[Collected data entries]
▬▬▬▬▬▬
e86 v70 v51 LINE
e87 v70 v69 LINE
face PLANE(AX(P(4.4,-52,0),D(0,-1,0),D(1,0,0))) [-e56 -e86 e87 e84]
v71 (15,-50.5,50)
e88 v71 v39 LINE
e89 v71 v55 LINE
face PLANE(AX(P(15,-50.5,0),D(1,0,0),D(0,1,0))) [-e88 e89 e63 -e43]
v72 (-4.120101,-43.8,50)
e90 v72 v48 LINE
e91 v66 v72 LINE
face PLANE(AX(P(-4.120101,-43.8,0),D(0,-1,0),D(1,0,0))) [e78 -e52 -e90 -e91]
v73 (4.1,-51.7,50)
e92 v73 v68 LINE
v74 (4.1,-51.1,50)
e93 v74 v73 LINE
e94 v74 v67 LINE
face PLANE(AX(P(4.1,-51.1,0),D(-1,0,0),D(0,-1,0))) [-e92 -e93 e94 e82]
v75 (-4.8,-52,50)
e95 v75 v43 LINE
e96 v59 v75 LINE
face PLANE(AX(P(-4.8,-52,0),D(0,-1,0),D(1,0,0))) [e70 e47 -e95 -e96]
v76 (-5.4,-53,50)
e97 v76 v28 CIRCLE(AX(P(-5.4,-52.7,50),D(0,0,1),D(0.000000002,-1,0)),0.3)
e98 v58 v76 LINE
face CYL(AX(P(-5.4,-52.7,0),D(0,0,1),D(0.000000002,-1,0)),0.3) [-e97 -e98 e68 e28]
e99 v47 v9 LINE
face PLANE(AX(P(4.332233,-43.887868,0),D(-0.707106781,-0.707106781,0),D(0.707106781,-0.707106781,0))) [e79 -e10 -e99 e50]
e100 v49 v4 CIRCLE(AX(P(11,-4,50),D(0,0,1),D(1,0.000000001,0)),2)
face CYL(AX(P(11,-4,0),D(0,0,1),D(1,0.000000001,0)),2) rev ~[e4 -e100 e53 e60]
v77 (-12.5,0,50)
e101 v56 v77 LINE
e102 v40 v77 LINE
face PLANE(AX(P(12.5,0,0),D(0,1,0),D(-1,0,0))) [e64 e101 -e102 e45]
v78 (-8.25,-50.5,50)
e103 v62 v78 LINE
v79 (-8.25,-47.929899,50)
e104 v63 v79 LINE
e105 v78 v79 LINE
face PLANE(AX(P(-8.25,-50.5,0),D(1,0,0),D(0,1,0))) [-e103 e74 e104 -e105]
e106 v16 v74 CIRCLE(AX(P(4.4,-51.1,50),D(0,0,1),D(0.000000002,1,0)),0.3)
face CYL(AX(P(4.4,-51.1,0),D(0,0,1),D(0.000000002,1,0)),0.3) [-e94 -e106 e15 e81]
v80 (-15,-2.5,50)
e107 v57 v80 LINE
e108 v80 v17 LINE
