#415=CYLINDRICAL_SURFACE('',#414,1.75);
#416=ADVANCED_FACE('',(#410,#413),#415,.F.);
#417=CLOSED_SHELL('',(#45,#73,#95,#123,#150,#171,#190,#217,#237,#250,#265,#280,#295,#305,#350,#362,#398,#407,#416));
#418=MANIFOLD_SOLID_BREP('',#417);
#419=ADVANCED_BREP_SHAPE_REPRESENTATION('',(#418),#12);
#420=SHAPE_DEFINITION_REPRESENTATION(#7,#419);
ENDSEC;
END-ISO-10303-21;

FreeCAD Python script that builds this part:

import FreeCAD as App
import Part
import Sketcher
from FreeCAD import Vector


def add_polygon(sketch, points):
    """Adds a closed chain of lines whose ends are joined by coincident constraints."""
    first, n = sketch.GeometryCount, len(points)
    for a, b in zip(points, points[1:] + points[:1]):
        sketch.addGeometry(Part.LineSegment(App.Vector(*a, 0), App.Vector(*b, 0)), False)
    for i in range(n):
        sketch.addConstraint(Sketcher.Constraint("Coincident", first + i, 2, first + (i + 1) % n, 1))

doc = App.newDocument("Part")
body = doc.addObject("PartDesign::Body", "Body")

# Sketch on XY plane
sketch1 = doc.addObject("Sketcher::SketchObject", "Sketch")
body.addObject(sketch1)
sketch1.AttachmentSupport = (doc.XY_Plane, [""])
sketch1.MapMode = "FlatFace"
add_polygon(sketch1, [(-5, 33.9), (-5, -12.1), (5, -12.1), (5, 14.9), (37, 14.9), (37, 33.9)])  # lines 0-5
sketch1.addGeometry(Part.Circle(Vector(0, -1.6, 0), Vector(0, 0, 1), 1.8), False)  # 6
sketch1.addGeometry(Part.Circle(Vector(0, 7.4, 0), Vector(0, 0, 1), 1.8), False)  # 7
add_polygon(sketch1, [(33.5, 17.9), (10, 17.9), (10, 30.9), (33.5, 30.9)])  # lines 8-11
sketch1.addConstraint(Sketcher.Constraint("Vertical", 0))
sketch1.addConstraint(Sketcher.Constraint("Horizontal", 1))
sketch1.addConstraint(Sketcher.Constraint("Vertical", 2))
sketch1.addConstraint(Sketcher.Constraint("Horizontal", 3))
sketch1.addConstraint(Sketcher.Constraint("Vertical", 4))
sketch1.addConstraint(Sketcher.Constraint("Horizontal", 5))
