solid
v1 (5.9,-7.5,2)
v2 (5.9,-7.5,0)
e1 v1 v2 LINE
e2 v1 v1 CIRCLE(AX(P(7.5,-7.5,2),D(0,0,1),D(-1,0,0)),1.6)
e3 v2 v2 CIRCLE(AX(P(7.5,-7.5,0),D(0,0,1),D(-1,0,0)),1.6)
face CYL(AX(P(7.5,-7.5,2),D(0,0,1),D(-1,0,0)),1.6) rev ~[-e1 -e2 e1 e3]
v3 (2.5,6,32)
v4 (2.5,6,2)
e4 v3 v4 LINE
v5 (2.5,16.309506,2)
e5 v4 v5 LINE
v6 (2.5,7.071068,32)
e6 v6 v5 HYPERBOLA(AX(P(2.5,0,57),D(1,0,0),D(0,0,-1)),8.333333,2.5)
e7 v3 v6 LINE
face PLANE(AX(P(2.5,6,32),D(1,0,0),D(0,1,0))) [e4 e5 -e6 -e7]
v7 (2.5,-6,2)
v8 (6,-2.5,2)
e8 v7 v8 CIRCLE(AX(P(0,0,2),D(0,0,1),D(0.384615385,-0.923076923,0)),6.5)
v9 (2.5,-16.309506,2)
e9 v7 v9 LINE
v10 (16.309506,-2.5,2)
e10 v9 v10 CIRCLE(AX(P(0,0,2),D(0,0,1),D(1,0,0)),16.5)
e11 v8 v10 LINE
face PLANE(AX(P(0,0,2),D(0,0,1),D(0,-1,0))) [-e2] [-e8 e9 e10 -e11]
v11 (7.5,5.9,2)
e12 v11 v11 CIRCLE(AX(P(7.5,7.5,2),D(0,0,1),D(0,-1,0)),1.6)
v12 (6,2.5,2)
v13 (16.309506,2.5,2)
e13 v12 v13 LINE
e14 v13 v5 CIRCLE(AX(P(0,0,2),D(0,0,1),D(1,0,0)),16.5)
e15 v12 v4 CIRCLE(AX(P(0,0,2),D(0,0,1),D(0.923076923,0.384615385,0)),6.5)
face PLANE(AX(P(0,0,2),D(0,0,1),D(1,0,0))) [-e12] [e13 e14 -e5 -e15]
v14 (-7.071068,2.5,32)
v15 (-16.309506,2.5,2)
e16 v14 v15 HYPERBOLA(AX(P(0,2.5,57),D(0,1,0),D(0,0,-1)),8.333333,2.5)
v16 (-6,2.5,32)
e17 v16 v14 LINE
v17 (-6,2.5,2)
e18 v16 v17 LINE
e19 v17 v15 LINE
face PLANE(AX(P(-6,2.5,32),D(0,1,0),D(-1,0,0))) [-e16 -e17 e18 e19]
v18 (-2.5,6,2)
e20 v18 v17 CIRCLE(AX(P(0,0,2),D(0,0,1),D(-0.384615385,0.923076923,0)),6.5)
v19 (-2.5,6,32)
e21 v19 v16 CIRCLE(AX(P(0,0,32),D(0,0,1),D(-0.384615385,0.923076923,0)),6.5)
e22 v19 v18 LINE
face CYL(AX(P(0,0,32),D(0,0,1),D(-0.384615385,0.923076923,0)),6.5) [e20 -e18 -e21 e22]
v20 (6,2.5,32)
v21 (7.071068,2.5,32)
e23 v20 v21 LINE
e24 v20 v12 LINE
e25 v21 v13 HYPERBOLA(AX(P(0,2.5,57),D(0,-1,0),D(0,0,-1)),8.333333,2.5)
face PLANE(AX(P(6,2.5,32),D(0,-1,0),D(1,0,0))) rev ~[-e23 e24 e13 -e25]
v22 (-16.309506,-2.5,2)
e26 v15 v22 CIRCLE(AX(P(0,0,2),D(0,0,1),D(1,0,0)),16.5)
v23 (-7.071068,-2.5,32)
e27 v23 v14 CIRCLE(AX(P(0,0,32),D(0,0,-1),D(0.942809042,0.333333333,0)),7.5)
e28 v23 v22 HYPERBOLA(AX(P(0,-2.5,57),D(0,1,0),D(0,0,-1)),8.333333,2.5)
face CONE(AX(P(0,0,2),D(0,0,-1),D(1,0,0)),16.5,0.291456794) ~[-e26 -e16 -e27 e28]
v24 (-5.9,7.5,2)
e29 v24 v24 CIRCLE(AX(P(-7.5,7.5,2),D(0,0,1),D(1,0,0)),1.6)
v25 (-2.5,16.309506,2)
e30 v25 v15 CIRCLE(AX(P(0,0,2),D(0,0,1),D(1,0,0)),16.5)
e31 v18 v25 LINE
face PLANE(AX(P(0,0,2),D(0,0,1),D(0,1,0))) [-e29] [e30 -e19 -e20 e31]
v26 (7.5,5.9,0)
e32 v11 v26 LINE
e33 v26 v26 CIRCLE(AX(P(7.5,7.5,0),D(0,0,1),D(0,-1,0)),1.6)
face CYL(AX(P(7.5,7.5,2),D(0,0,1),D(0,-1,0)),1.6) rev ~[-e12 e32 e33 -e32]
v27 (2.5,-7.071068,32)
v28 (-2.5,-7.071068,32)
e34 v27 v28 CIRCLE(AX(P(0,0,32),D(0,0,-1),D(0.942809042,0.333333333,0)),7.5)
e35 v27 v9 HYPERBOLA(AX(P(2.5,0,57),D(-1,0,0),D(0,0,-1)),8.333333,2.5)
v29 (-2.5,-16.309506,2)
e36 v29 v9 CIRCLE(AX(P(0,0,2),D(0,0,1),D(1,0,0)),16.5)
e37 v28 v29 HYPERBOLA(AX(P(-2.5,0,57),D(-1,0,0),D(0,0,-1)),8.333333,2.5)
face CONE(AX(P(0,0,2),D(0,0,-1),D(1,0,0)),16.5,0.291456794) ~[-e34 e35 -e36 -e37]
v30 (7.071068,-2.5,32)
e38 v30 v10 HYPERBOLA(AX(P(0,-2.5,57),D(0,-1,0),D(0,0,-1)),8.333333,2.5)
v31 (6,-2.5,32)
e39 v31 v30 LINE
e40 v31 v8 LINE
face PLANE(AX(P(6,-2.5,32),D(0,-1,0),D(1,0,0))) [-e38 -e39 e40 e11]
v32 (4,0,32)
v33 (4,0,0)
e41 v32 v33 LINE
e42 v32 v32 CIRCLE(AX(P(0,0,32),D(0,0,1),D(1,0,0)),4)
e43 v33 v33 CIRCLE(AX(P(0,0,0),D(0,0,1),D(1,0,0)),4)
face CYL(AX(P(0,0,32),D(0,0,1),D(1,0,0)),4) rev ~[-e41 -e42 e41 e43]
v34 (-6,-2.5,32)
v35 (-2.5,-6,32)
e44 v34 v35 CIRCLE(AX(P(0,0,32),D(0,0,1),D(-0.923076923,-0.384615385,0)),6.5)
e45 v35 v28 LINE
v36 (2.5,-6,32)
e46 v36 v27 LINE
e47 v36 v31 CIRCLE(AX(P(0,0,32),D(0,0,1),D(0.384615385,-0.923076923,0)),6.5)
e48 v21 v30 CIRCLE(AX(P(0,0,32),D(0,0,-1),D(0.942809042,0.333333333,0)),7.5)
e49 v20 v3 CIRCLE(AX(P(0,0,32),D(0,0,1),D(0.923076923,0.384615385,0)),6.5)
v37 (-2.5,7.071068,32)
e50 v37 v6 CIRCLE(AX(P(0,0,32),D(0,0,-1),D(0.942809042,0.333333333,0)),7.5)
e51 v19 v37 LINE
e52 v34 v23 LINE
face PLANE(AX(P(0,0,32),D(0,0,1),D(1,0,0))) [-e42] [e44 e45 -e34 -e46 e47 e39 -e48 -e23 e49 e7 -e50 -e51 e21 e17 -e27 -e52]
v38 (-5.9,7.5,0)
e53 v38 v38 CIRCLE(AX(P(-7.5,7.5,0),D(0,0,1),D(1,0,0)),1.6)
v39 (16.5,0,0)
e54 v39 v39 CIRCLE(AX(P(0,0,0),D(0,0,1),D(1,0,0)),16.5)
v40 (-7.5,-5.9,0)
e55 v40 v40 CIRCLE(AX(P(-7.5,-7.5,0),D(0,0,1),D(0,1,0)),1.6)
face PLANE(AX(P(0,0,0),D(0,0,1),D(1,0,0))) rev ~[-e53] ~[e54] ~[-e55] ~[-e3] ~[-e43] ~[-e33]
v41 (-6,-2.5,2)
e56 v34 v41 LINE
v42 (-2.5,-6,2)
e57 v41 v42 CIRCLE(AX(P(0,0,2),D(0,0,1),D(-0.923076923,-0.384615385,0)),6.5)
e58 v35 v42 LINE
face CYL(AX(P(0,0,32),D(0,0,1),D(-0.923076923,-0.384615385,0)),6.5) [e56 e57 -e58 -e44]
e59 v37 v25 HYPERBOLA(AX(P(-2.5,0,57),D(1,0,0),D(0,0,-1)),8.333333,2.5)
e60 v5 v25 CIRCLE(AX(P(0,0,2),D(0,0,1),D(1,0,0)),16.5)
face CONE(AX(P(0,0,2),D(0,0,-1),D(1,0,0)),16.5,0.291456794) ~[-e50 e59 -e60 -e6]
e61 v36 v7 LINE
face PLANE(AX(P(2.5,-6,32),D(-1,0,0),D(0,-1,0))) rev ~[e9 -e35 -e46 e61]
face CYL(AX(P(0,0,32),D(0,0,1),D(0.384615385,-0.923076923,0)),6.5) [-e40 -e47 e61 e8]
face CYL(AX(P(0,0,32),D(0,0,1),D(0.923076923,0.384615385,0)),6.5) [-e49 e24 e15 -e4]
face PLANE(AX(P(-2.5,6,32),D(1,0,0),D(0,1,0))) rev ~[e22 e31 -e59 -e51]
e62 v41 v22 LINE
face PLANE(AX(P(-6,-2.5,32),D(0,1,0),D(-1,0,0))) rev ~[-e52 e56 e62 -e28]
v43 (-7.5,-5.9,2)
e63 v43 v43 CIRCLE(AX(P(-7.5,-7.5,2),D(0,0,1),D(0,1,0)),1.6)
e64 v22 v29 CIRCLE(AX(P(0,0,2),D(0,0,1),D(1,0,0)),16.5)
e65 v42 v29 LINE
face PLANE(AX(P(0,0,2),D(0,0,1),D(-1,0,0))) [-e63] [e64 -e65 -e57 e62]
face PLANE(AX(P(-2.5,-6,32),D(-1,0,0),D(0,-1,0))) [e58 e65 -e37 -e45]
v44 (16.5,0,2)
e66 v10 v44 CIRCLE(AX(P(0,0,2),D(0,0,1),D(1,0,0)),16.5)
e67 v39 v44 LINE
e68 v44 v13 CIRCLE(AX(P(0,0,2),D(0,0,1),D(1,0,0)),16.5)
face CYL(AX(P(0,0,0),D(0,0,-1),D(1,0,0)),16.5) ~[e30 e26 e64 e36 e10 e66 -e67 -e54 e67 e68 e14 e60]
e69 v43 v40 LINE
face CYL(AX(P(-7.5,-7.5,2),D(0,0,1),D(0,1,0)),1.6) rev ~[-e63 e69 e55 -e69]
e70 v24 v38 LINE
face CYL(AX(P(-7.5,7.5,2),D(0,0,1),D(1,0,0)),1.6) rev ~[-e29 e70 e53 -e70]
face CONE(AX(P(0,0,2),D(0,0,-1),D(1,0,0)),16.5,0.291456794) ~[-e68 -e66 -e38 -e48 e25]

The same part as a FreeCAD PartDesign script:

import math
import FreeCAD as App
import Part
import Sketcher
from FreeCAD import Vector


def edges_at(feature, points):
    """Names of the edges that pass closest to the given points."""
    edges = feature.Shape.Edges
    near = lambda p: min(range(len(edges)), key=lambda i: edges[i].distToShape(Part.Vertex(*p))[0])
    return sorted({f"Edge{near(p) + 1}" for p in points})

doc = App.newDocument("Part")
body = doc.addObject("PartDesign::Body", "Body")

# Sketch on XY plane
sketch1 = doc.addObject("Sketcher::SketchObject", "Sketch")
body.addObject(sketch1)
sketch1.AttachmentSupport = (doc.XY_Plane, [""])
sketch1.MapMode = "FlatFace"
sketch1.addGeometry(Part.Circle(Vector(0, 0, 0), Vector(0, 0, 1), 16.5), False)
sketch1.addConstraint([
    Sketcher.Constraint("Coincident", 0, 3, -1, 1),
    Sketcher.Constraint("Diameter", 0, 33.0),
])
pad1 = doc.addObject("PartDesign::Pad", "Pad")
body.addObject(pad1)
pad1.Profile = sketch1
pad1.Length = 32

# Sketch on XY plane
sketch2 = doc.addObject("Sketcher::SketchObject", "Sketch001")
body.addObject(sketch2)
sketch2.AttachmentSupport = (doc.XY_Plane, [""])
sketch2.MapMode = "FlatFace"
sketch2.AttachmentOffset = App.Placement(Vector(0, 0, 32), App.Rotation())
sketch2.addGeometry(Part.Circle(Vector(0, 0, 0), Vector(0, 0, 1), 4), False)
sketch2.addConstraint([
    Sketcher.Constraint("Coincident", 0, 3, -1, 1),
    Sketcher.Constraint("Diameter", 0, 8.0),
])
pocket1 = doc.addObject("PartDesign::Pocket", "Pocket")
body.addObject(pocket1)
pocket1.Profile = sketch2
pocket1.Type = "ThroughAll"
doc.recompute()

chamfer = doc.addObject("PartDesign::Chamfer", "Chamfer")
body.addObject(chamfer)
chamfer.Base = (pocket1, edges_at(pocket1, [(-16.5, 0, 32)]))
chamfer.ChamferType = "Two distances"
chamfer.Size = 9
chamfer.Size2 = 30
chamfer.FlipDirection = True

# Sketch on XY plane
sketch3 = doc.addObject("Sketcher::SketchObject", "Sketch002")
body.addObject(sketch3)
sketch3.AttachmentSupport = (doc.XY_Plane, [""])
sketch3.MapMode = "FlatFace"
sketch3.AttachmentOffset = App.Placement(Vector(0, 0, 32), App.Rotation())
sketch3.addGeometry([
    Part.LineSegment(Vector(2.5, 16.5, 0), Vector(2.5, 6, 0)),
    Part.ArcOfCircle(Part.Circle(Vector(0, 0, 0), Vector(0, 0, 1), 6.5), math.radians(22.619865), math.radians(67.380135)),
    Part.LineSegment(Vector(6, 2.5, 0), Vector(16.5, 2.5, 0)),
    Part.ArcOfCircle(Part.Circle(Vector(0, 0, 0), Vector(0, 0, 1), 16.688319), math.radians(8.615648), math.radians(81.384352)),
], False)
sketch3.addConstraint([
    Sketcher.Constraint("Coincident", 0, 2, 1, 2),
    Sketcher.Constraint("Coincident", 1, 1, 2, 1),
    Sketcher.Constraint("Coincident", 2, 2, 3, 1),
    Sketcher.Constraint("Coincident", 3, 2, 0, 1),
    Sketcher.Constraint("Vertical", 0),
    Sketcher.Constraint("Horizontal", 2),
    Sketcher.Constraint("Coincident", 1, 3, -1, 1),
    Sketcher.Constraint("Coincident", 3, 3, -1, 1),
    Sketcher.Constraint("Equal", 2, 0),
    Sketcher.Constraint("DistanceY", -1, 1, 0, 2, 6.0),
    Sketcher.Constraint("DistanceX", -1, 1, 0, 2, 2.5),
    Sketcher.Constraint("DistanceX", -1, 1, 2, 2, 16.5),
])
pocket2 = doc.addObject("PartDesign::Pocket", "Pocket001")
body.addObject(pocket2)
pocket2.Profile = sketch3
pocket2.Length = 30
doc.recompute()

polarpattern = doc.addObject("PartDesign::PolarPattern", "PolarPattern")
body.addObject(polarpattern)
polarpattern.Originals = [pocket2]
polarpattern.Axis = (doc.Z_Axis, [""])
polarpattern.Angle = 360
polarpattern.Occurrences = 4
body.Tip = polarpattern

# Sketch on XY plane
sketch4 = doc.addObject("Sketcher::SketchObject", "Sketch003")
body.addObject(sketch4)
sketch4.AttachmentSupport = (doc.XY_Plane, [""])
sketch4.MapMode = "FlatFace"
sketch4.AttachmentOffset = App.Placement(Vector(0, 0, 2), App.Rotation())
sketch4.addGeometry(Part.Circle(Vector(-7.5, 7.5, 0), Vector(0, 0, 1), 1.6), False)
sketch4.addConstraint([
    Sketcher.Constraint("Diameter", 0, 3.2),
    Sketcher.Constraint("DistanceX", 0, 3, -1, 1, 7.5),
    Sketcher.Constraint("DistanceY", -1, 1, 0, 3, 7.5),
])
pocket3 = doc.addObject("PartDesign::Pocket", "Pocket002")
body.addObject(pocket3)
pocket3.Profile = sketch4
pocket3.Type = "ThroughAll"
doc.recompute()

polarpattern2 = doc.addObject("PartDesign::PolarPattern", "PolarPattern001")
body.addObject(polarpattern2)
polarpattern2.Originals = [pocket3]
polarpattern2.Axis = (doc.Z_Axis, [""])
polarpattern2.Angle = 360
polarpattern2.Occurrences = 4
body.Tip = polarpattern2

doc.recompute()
▬▬▬▬▬▬
» What is being asked
All that is wanted is an exact copy of the lines above from the one with "e14 v13 v5 CIRCLE(AX(P(0,0,2),D(0,0,1),D(1,0,0)),16.5)" through the one with "e19 v17 v15 LINE", with both ends included.

» Your response
e14 v13 v5 CIRCLE(AX(P(0,0,2),D(0,0,1),D(1,0,0)),16.5)
e15 v12 v4 CIRCLE(AX(P(0,0,2),D(0,0,1),D(0.923076923,0.384615385,0)),6.5)
face PLANE(AX(P(0,0,2),D(0,0,1),D(1,0,0))) [-e12] [e13 e14 -e5 -e15]
v14 (-7.071068,2.5,32)
v15 (-16.309506,2.5,2)
e16 v14 v15 HYPERBOLA(AX(P(0,2.5,57),D(0,1,0),D(0,0,-1)),8.333333,2.5)
v16 (-6,2.5,32)
e17 v16 v14 LINE
v17 (-6,2.5,2)
e18 v16 v17 LINE
e19 v17 v15 LINE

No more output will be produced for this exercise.